Restate verbatim the span of lines below between the line with "Line((1.879328421, 97.123106865), (1.291080466, 93.786986931))" and the line with "91.245295622), (1.007591982, 91.544131861))", including those two lines, and only that span.

====== Data

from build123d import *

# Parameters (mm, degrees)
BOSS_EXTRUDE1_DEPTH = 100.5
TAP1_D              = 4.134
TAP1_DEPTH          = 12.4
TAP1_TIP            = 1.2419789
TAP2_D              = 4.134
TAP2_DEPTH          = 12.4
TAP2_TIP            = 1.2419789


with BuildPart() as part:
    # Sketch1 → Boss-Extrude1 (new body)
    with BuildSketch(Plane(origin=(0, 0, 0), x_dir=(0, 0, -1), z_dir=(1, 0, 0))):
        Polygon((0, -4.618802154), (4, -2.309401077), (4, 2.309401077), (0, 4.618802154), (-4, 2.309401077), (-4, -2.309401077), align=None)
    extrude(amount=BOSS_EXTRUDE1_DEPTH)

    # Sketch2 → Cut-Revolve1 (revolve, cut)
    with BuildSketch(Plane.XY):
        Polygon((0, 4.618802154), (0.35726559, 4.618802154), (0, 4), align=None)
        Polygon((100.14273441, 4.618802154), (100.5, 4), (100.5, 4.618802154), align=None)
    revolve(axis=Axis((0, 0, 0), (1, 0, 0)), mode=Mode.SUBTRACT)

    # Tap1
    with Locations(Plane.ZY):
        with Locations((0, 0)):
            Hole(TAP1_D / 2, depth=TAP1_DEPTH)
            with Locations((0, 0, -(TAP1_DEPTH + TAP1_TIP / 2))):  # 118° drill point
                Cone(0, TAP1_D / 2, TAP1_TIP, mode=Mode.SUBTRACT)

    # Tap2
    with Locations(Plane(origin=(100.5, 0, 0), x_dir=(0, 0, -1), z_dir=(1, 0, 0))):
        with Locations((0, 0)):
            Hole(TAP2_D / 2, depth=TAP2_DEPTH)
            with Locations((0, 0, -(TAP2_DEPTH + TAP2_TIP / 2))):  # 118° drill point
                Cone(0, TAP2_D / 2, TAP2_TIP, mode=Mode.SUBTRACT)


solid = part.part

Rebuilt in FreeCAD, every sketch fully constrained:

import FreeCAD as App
import Part
import Sketcher

V = App.Vector
Q = App.Units.Quantity


def add_polygon(sketch, points):
    """Adds a closed chain of lines whose ends are joined by coincident constraints."""
    first, n = sketch.GeometryCount, len(points)
    for a, b in zip(points, points[1:] + points[:1]):
        sketch.addGeometry(Part.LineSegment(App.Vector(*a, 0), App.Vector(*b, 0)), False)
    for i in range(n):
        sketch.addConstraint(Sketcher.Constraint("Coincident", first + i, 2, first + (i + 1) % n, 1))

doc = App.newDocument("Part")
params = doc.addObject("Spreadsheet::Sheet", "Params")
for row, (alias, value) in enumerate([
    ("pad1_length", "100.5 mm"),
    ("groove_angle", "360 deg"),
    ("hole_diameter", "4.134 mm"),
    ("hole_depth", "12.4 mm"),
    ("hole2_diameter", "4.134 mm"),
    ("hole2_depth", "12.4 mm"),
], start=1):
    params.set(f"A{row}", alias)
    params.set(f"B{row}", "=" + value)
    params.setAlias(f"B{row}", alias)

body = doc.addObject("PartDesign::Body", "Body")

sketch1 = doc.addObject("Sketcher::SketchObject", "Sketch")
body.addObject(sketch1)
sketch1.AttachmentSupport = (doc.YZ_Plane, [""])
sketch1.MapMode = "FlatFace"
add_polygon(sketch1, [(-4.6, 0), (-2.3, -4), (2.3, -4), (4.6, 0), (2.3, 4), (-2.3, 4)])
sketch1.addConstraint(Sketcher.Constraint("Horizontal", 1))
sketch1.addConstraint(Sketcher.Constraint("Horizontal", 4))
sketch1.addConstraint(Sketcher.Constraint("Symmetric", 0, 2, 3, 2, -1, 1))
sketch1.addConstraint(Sketcher.Constraint("Symmetric", 2, 2, 5, 2, -1, 1))
sketch1.addConstraint(Sketcher.Constraint("PointOnObject", 2, 2, -1))
sketch1.addConstraint(Sketcher.Constraint("Parallel", 2, 5))
sketch1.addConstraint(Sketcher.Constraint("Vertical", 1, 2, 3, 2))
sketch1.addConstraint(Sketcher.Constraint("Angle", 0, Q("-60 deg")))
sketch1.addConstraint(Sketcher.Constraint("DistanceY", 0, 2, -1, 1, 4.0))
sketch1.addConstraint(Sketcher.Constraint("DistanceX", 0, 2, -1, 1, 2.309401))
pad1 = doc.addObject("PartDesign::Pad", "Pad")
body.addObject(pad1)
pad1.Profile = sketch1
pad1.setExpression("Length", "Params.pad1_length")

sketch2 = doc.addObject("Sketcher::SketchObject", "Sketch001")
body.addObject(sketch2)
sketch2.AttachmentSupport = (doc.XY_Plane, [""])
sketch2.MapMode = "FlatFace"
add_polygon(sketch2, [(0.36, 4.62), (0, 4.62), (0, 4)])
add_polygon(sketch2, [(100.14, 4.62), (100.5, 4), (100.5, 4.62)])
sketch2.addConstraint(Sketcher.Constraint("Horizontal", 0))
sketch2.addConstraint(Sketcher.Constraint("Vertical", 1))
sketch2.addConstraint(Sketcher.Constraint("Vertical", 4))
sketch2.addConstraint(Sketcher.Constraint("Horizontal", 5))
sketch2.addConstraint(Sketcher.Constraint("PointOnObject", 0, 2, -2))
sketch2.addConstraint(Sketcher.Constraint("Horizontal", 1, 2, 3, 2))
sketch2.addConstraint(Sketcher.Constraint("Horizontal", 2, 2, 4, 2))
sketch2.addConstraint(Sketcher.Constraint("Equal", 0, 5))
sketch2.addConstraint(Sketcher.Constraint("Angle", 2, Q("60 deg")))
sketch2.addConstraint(Sketcher.Constraint("DistanceY", -1, 1, 1, 2, 4.0))
sketch2.addConstraint(Sketcher.Constraint("DistanceX", -1, 1, 3, 2, 100.5))
sketch2.addConstraint(Sketcher.Constraint("Distance", 2, 0.714531))
groove = doc.addObject("PartDesign::Groove", "Groove")
body.addObject(groove)
groove.Profile = sketch2
groove.ReferenceAxis = (sketch2, ["H_Axis"])
groove.setExpression("Angle", "Params.groove_angle")

sketch3 = doc.addObject("Sketcher::SketchObject", "Sketch002")
body.addObject(sketch3)
sketch3.AttachmentSupport = (doc.YZ_Plane, [""])
sketch3.MapMode = "FlatFace"
sketch3.addGeometry(Part.Circle(V(0, 0, 0), V(0, 0, 1), 2.1), False)
sketch3.addConstraint(Sketcher.Constraint("Coincident", 0, 3, -1, 1))
sketch3.addConstraint(Sketcher.Constraint("Diameter", 0, 4.134))
doc.recompute()
hole = doc.addObject("PartDesign::Hole", "Hole")
body.addObject(hole)
hole.Profile = sketch3
hole.ThreadType = "None"
hole.setExpression("Diameter", "Params.hole_diameter")
hole.DepthType = "Dimension"
hole.setExpression("Depth", "Params.hole_depth")
hole.DrillPoint = "Angled"
hole.DrillPointAngle = 118
hole.Reversed = True

sketch4 = doc.addObject("Sketcher::SketchObject", "Sketch003")
body.addObject(sketch4)
sketch4.AttachmentSupport = (doc.YZ_Plane, [""])
sketch4.MapMode = "FlatFace"
sketch4.AttachmentOffset = App.Placement(V(0, 0, 100.5), App.Rotation())
sketch4.addGeometry(Part.Circle(V(0, 0, 0), V(0, 0, 1), 2.1), False)
sketch4.addConstraint(Sketcher.Constraint("Coincident", 0, 3, -1, 1))
sketch4.addConstraint(Sketcher.Constraint("Diameter", 0, 4.134))
doc.recompute()
hole2 = doc.addObject("PartDesign::Hole", "Hole001")
body.addObject(hole2)
hole2.Profile = sketch4
hole2.ThreadType = "None"
hole2.setExpression("Diameter", "Params.hole2_diameter")
hole2.DepthType = "Dimension"
hole2.setExpression("Depth", "Params.hole2_depth")
hole2.DrillPoint = "Angled"
hole2.DrillPointAngle = 118

doc.recompute()
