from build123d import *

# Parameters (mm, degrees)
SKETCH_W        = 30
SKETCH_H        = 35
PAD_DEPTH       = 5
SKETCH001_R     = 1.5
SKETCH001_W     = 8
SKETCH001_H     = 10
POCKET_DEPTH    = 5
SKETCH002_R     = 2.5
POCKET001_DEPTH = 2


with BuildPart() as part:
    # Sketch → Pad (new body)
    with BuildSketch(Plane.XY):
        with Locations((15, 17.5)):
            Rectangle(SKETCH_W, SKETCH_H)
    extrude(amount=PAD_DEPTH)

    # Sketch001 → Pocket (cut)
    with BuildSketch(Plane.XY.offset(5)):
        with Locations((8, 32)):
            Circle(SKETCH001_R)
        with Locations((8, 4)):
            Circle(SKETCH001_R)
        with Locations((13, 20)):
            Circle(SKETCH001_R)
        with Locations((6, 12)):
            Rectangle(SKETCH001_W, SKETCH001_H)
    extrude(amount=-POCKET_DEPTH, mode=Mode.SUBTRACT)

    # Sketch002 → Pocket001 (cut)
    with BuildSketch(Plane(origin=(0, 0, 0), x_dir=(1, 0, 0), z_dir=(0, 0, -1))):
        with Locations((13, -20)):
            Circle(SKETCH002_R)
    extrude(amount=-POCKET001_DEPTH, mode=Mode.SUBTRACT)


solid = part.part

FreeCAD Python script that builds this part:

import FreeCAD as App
import Part
import Sketcher
from FreeCAD import Vector

doc = App.newDocument("Part")
body = doc.addObject("PartDesign::Body", "Body")

sketch1 = body.newObject("Sketcher::SketchObject", "Sketch")
sketch1.AttachmentSupport = (doc.getObject("XY_Plane"), [""])
sketch1.MapMode = "FlatFace"
sketch1.addGeometry(Part.LineSegment(Vector(0, 35, 0), Vector(0, 0, 0)), False)
sketch1.addGeometry(Part.LineSegment(Vector(0, 0, 0), Vector(30, 0, 0)), False)
sketch1.addGeometry(Part.LineSegment(Vector(30, 0, 0), Vector(30, 35, 0)), False)
sketch1.addGeometry(Part.LineSegment(Vector(30, 35, 0), Vector(0, 35, 0)), False)
sketch1.addConstraint(Sketcher.Constraint("Coincident", 0, 2, 1, 1))
sketch1.addConstraint(Sketcher.Constraint("Coincident", 1, 2, 2, 1))
sketch1.addConstraint(Sketcher.Constraint("Coincident", 2, 2, 3, 1))
sketch1.addConstraint(Sketcher.Constraint("Coincident", 3, 2, 0, 1))
sketch1.addConstraint(Sketcher.Constraint("Vertical", 0))
sketch1.addConstraint(Sketcher.Constraint("Horizontal", 1))
sketch1.addConstraint(Sketcher.Constraint("Vertical", 2))
sketch1.addConstraint(Sketcher.Constraint("Horizontal", 3))
sketch1.addConstraint(Sketcher.Constraint("Coincident", 0, 2, -1, 1))
sketch1.addConstraint(Sketcher.Constraint("DistanceX", 1, 1, 1, 2, 30.0))
sketch1.addConstraint(Sketcher.Constraint("DistanceY", 0, 2, 0, 1, 35.0))
pad1 = body.newObject("PartDesign::Pad", "Pad")
pad1.Profile = sketch1
pad1.Length = 5

sketch2 = body.newObject("Sketcher::SketchObject", "Sketch001")
sketch2.AttachmentSupport = (doc.getObject("XY_Plane"), [""])
sketch2.MapMode = "FlatFace"
sketch2.AttachmentOffset = App.Placement(Vector(0, 0, 5), App.Rotation())
sketch2.addGeometry(Part.Circle(Vector(8, 32, 0), Vector(0, 0, 1), 1.5), False)
sketch2.addGeometry(Part.Circle(Vector(8, 4, 0), Vector(0, 0, 1), 1.5), False)
sketch2.addGeometry(Part.Circle(Vector(13, 20, 0), Vector(0, 0, 1), 1.5), False)
sketch2.addGeometry(Part.LineSegment(Vector(2, 17, 0), Vector(2, 7, 0)), False)
sketch2.addGeometry(Part.LineSegment(Vector(2, 7, 0), Vector(10, 7, 0)), False)
sketch2.addGeometry(Part.LineSegment(Vector(10, 7, 0), Vector(10, 17, 0)), False)
sketch2.addGeometry(Part.LineSegment(Vector(10, 17, 0), Vector(2, 17, 0)), False)
sketch2.addConstraint(Sketcher.Constraint("Coincident", 3, 2, 4, 1))
sketch2.addConstraint(Sketcher.Constraint("Coincident", 4, 2, 5, 1))
sketch2.addConstraint(Sketcher.Constraint("Coincident", 5, 2, 6, 1))
sketch2.addConstraint(Sketcher.Constraint("Coincident", 6, 2, 3, 1))
sketch2.addConstraint(Sketcher.Constraint("Vertical", 3))
sketch2.addConstraint(Sketcher.Constraint("Horizontal", 4))
sketch2.addConstraint(Sketcher.Constraint("Vertical", 5))
sketch2.addConstraint(Sketcher.Constraint("Horizontal", 6))
sketch2.addConstraint(Sketcher.Constraint("Equal", 0, 1))
sketch2.addConstraint(Sketcher.Constraint("Equal", 1, 2))
sketch2.addConstraint(Sketcher.Constraint("Vertical", 0, 3, 1, 3))
sketch2.addConstraint(Sketcher.Constraint("Diameter", 0, 3.0))
sketch2.addConstraint(Sketcher.Constraint("DistanceX", 4, 1, 4, 2, 8.0))
sketch2.addConstraint(Sketcher.Constraint("DistanceY", 3, 2, 3, 1, 10.0))
sketch2.addConstraint(Sketcher.Constraint("DistanceX", -1, 1, 0, 3, 8.0))
sketch2.addConstraint(Sketcher.Constraint("DistanceY", -1, 1, 0, 3, 32.0))
sketch2.addConstraint(Sketcher.Constraint("DistanceY", -1, 1, 1, 3, 4.0))
sketch2.addConstraint(Sketcher.Constraint("DistanceX", -1, 1, 2, 3, 13.0))
sketch2.addConstraint(Sketcher.Constraint("DistanceY", -1, 1, 2, 3, 20.0))
sketch2.addConstraint(Sketcher.Constraint("DistanceX", -1, 1, 3, 2, 2.0))
sketch2.addConstraint(Sketcher.Constraint("DistanceY", -1, 1, 3, 2, 7.0))
pocket1 = body.newObject("PartDesign::Pocket", "Pocket")
pocket1.Profile = sketch2
pocket1.Length = 5

sketch3 = body.newObject("Sketcher::SketchObject", "Sketch002")
sketch3.AttachmentSupport = (doc.getObject("XY_Plane"), [""])
sketch3.MapMode = "FlatFace"
sketch3.addGeometry(Part.Circle(Vector(13, 20, 0), Vector(0, 0, 1), 2.5), False)
sketch3.addConstraint(Sketcher.Constraint("Diameter", 0, 5.0))
sketch3.addConstraint(Sketcher.Constraint("DistanceX", -1, 1, 0, 3, 13.0))
sketch3.addConstraint(Sketcher.Constraint("DistanceY", -1, 1, 0, 3, 20.0))
pocket2 = body.newObject("PartDesign::Pocket", "Pocket001")
pocket2.Profile = sketch3
pocket2.Length = 2
pocket2.Reversed = True

doc.recompute()
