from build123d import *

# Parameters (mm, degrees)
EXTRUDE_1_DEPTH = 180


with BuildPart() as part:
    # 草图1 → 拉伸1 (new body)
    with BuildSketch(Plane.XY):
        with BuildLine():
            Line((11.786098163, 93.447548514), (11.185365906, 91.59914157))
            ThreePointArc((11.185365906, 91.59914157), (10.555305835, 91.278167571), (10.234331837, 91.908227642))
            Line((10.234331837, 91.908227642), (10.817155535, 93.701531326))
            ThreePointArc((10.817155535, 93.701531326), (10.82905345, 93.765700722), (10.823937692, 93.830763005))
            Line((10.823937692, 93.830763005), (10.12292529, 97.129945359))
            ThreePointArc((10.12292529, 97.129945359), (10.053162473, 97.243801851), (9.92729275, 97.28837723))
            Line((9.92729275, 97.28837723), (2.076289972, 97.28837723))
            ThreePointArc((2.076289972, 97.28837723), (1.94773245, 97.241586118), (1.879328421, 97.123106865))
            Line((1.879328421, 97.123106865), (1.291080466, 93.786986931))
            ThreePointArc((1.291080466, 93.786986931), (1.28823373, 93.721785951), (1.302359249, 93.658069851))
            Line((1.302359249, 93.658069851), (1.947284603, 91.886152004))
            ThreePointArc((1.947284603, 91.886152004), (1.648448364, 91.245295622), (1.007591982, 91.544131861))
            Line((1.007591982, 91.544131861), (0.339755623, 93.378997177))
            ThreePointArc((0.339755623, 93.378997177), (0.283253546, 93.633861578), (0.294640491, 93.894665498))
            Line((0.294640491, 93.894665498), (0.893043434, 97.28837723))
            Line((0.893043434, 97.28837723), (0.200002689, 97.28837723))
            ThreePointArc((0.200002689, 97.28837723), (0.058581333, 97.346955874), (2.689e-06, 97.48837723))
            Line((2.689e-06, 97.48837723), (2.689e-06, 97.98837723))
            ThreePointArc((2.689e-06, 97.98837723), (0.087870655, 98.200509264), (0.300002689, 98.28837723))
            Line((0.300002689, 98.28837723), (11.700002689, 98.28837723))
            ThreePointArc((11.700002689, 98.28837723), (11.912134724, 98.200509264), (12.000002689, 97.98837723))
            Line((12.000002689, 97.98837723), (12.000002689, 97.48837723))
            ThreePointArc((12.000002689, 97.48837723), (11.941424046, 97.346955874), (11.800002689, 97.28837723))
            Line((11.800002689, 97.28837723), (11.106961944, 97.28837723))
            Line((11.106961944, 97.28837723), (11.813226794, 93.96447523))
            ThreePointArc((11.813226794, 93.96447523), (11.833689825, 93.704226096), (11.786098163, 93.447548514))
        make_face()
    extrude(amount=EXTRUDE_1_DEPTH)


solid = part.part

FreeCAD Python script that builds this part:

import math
import FreeCAD as App
import Part
import Sketcher
from FreeCAD import Vector
Q = App.Units.Quantity

doc = App.newDocument("Part")
params = doc.addObject("Spreadsheet::Sheet", "Params")
for row, (alias, value) in enumerate([
    ("sketch1_radius", "1 mm"),
    ("sketch1_radius2", "0.2 mm"),
    ("sketch1_radius3", "0.3 mm"),
    ("sketch1_radius4", "0.5 mm"),
    ("sketch1_radius5", "0.25 mm"),
    ("pad1_length", "180 mm"),
], start=1):
    params.set(f"A{row}", alias)
    params.set(f"B{row}", "=" + value)
    params.setAlias(f"B{row}", alias)

body = doc.addObject("PartDesign::Body", "Body")

# Sketch on XY plane
sketch1 = body.newObject("Sketcher::SketchObject", "Sketch")
sketch1.AttachmentSupport = (doc.getObject("XY_Plane"), [""])
sketch1.MapMode = "FlatFace"
sketch1.addGeometry(Part.LineSegment(Vector(11.19, 91.6, 0), Vector(11.79, 93.45, 0)), False)
sketch1.addGeometry(Part.ArcOfCircle(Part.Circle(Vector(10.84, 93.76, 0), Vector(0, 0, 1), 1), math.radians(-18), math.radians(12)), False)
sketch1.addGeometry(Part.LineSegment(Vector(11.81, 93.96, 0), Vector(11.11, 97.29, 0)), False)
sketch1.addGeometry(Part.LineSegment(Vector(11.11, 97.29, 0), Vector(11.8, 97.29, 0)), False)
sketch1.addGeometry(Part.ArcOfCircle(Part.Circle(Vector(11.8, 97.49, 0), Vector(0, 0, 1), 0.2), math.radians(-90), math.radians(0)), False)
sketch1.addGeometry(Part.LineSegment(Vector(12, 97.49, 0), Vector(12, 97.99, 0)), False)
sketch1.addGeometry(Part.ArcOfCircle(Part.Circle(Vector(11.7, 97.99, 0), Vector(0, 0, 1), 0.3), math.radians(0), math.radians(90)), False)
sketch1.addGeometry(Part.LineSegment(Vector(11.7, 98.29, 0), Vector(0.3, 98.29, 0)), False)
sketch1.addGeometry(Part.ArcOfCircle(Part.Circle(Vector(0.3, 97.99, 0), Vector(0, 0, 1), 0.3), math.radians(90), math.radians(180)), False)
sketch1.addGeometry(Part.LineSegment(Vector(0, 97.99, 0), Vector(0, 97.49, 0)), False)
sketch1.addGeometry(Part.ArcOfCircle(Part.Circle(Vector(0.2, 97.49, 0), Vector(0, 0, 1), 0.2), math.radians(-180), math.radians(-90)), False)
sketch1.addGeometry(Part.LineSegment(Vector(0.2, 97.29, 0), Vector(0.89, 97.29, 0)), False)
sketch1.addGeometry(Part.LineSegment(Vector(0.89, 97.29, 0), Vector(0.29, 93.89, 0)), False)
sketch1.addGeometry(Part.ArcOfCircle(Part.Circle(Vector(1.28, 93.72, 0), Vector(0, 0, 1), 1), math.radians(170), math.radians(200)), False)
sketch1.addGeometry(Part.LineSegment(Vector(0.34, 93.38, 0), Vector(1.01, 91.54, 0)), False)
sketch1.addGeometry(Part.ArcOfCircle(Part.Circle(Vector(1.48, 91.72, 0), Vector(0, 0, 1), 0.5), math.radians(-160), math.radians(20)), False)
sketch1.addGeometry(Part.LineSegment(Vector(1.95, 91.89, 0), Vector(1.3, 93.66, 0)), False)
sketch1.addGeometry(Part.ArcOfCircle(Part.Circle(Vector(1.54, 93.74, 0), Vector(0, 0, 1), 0.25), math.radians(170), math.radians(200)), False)
sketch1.addGeometry(Part.LineSegment(Vector(1.29, 93.79, 0), Vector(1.88, 97.12, 0)), False)
sketch1.addGeometry(Part.ArcOfCircle(Part.Circle(Vector(2.08, 97.09, 0), Vector(0, 0, 1), 0.2), math.radians(90), math.radians(170)), False)
sketch1.addGeometry(Part.LineSegment(Vector(2.08, 97.29, 0), Vector(9.93, 97.29, 0)), False)
sketch1.addGeometry(Part.ArcOfCircle(Part.Circle(Vector(9.93, 97.09, 0), Vector(0, 0, 1), 0.2), math.radians(12), math.radians(90)), False)
sketch1.addGeometry(Part.LineSegment(Vector(10.12, 97.13, 0), Vector(10.82, 93.83, 0)), False)
sketch1.addGeometry(Part.ArcOfCircle(Part.Circle(Vector(10.58, 93.78, 0), Vector(0, 0, 1), 0.25), math.radians(-18), math.radians(12)), False)
sketch1.addGeometry(Part.LineSegment(Vector(10.82, 93.7, 0), Vector(10.23, 91.91, 0)), False)
sketch1.addGeometry(Part.ArcOfCircle(Part.Circle(Vector(10.71, 91.75, 0), Vector(0, 0, 1), 0.5), math.radians(162), math.radians(342)), False)
sketch1.addConstraint(Sketcher.Constraint("Tangent", 0, 2, 1, 1))
sketch1.addConstraint(Sketcher.Constraint("Tangent", 1, 2, 2, 1))
sketch1.addConstraint(Sketcher.Constraint("Coincident", 2, 2, 3, 1))
sketch1.addConstraint(Sketcher.Constraint("Tangent", 3, 2, 4, 1))
sketch1.addConstraint(Sketcher.Constraint("Tangent", 4, 2, 5, 1))
sketch1.addConstraint(Sketcher.Constraint("Tangent", 5, 2, 6, 1))
sketch1.addConstraint(Sketcher.Constraint("Tangent", 6, 2, 7, 1))
sketch1.addConstraint(Sketcher.Constraint("Tangent", 7, 2, 8, 1))
sketch1.addConstraint(Sketcher.Constraint("Tangent", 8, 2, 9, 1))
sketch1.addConstraint(Sketcher.Constraint("Tangent", 9, 2, 10, 1))
sketch1.addConstraint(Sketcher.Constraint("Tangent", 10, 2, 11, 1))
sketch1.addConstraint(Sketcher.Constraint("Coincident", 11, 2, 12, 1))
sketch1.addConstraint(Sketcher.Constraint("Tangent", 12, 2, 13, 1))
sketch1.addConstraint(Sketcher.Constraint("Tangent", 13, 2, 14, 1))
sketch1.addConstraint(Sketcher.Constraint("Tangent", 14, 2, 15, 1))
sketch1.addConstraint(Sketcher.Constraint("Tangent", 15, 2, 16, 1))
sketch1.addConstraint(Sketcher.Constraint("Tangent", 16, 2, 17, 2))
sketch1.addConstraint(Sketcher.Constraint("Tangent", 17, 1, 18, 1))
sketch1.addConstraint(Sketcher.Constraint("Tangent", 18, 2, 19, 2))
sketch1.addConstraint(Sketcher.Constraint("Tangent", 19, 1, 20, 1))
sketch1.addConstraint(Sketcher.Constraint("Tangent", 20, 2, 21, 2))
sketch1.addConstraint(Sketcher.Constraint("Tangent", 21, 1, 22, 1))
sketch1.addConstraint(Sketcher.Constraint("Tangent", 22, 2, 23, 2))
sketch1.addConstraint(Sketcher.Constraint("Tangent", 23, 1, 24, 1))
sketch1.addConstraint(Sketcher.Constraint("Tangent", 24, 2, 25, 1))
sketch1.addConstraint(Sketcher.Constraint("Tangent", 25, 2, 0, 1))
sketch1.addConstraint(Sketcher.Constraint("Horizontal", 3))
sketch1.addConstraint(Sketcher.Constraint("Vertical", 5))
sketch1.addConstraint(Sketcher.Constraint("Horizontal", 7))
sketch1.addConstraint(Sketcher.Constraint("Vertical", 9))
sketch1.addConstraint(Sketcher.Constraint("Horizontal", 11))
sketch1.addConstraint(Sketcher.Constraint("Horizontal", 20))
sketch1.addConstraint(Sketcher.Constraint("Equal", 6, 8))
sketch1.addConstraint(Sketcher.Constraint("Equal", 4, 10))
sketch1.addConstraint(Sketcher.Constraint("Equal", 1, 13))
sketch1.addConstraint(Sketcher.Constraint("Equal", 10, 19))
sketch1.addConstraint(Sketcher.Constraint("Equal", 19, 21))
sketch1.addConstraint(Sketcher.Constraint("Equal", 17, 23))
sketch1.addConstraint(Sketcher.Constraint("Equal", 15, 25))
sketch1.addConstraint(Sketcher.Constraint("Parallel", 14, 16))
sketch1.addConstraint(Sketcher.Constraint("Parallel", 12, 18))
sketch1.addConstraint(Sketcher.Constraint("Parallel", 2, 22))
sketch1.addConstraint(Sketcher.Constraint("Parallel", 0, 24))
sketch1.addConstraint(Sketcher.Constraint("Horizontal", 4, 3, 10, 3))
sketch1.addConstraint(Sketcher.Constraint("Horizontal", 11, 2, 19, 1))
sketch1.addConstraint(Sketcher.Constraint("Equal", 3, 11))
sketch1.addConstraint(Sketcher.Constraint("Equal", 16, 24))
sketch1.addConstraint(Sketcher.Constraint("Radius", 1, 1.0))
sketch1.addConstraint(Sketcher.Constraint("Radius", 4, 0.2))
sketch1.addConstraint(Sketcher.Constraint("Radius", 6, 0.3))
sketch1.addConstraint(Sketcher.Constraint("Radius", 15, 0.5))
sketch1.addConstraint(Sketcher.Constraint("Angle", 12, Q("-100 deg")))
sketch1.addConstraint(Sketcher.Constraint("Angle", 14, Q("-70 deg")))
sketch1.addConstraint(Sketcher.Constraint("Radius", 17, 0.25))
sketch1.addConstraint(Sketcher.Constraint("DistanceX", 7, 2, 7, 1, 11.4))
sketch1.addConstraint(Sketcher.Constraint("DistanceY", 5, 1, 5, 2, 0.5))
sketch1.addConstraint(Sketcher.Constraint("DistanceX", 3, 1, 3, 2, 0.693041))
sketch1.addConstraint(Sketcher.Constraint("DistanceX", -1, 1, 0, 2, 11.786098))
sketch1.addConstraint(Sketcher.Constraint("DistanceX", 23, 3, 0, 2, 1.206701))
sketch1.addConstraint(Sketcher.Constraint("DistanceY", 1, 2, 4, 3, 3.523902))
sketch1.addConstraint(Sketcher.Constraint("DistanceX", 1, 3, 25, 2, 0.350302))
sketch1.addConstraint(Sketcher.Constraint("DistanceX", 20, 1, 20, 2, 7.851003))
sketch1.addConstraint(Sketcher.Constraint("DistanceX", -1, 1, 13, 3, 1.279448))
sketch1.addConstraint(Sketcher.Constraint("DistanceX", -1, 1, 15, 3, 1.477438))
sketch1.addConstraint(Sketcher.Constraint("DistanceY", -1, 1, 15, 3, 91.715142))
sketch1.addConstraint(Sketcher.Constraint("DistanceX", -1, 1, 19, 3, 2.07629))
sketch1.setExpression("Constraints[47]", "Params.sketch1_radius")
sketch1.setExpression("Constraints[48]", "Params.sketch1_radius2")
sketch1.setExpression("Constraints[49]", "Params.sketch1_radius3")
sketch1.setExpression("Constraints[50]", "Params.sketch1_radius4")
sketch1.setExpression("Constraints[53]", "Params.sketch1_radius5")
pad1 = body.newObject("PartDesign::Pad", "Pad")
pad1.Profile = sketch1
pad1.setExpression("Length", "Params.pad1_length")

doc.recompute()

============

• Task solution:
            Line((1.879328421, 97.123106865), (1.291080466, 93.786986931))
            ThreePointArc((1.291080466, 93.786986931), (1.28823373, 93.721785951), (1.302359249, 93.658069851))
            Line((1.302359249, 93.658069851), (1.947284603, 91.886152004))
            ThreePointArc((1.947284603, 91.886152004), (1.648448364, 91.245295622), (1.007591982, 91.544131861))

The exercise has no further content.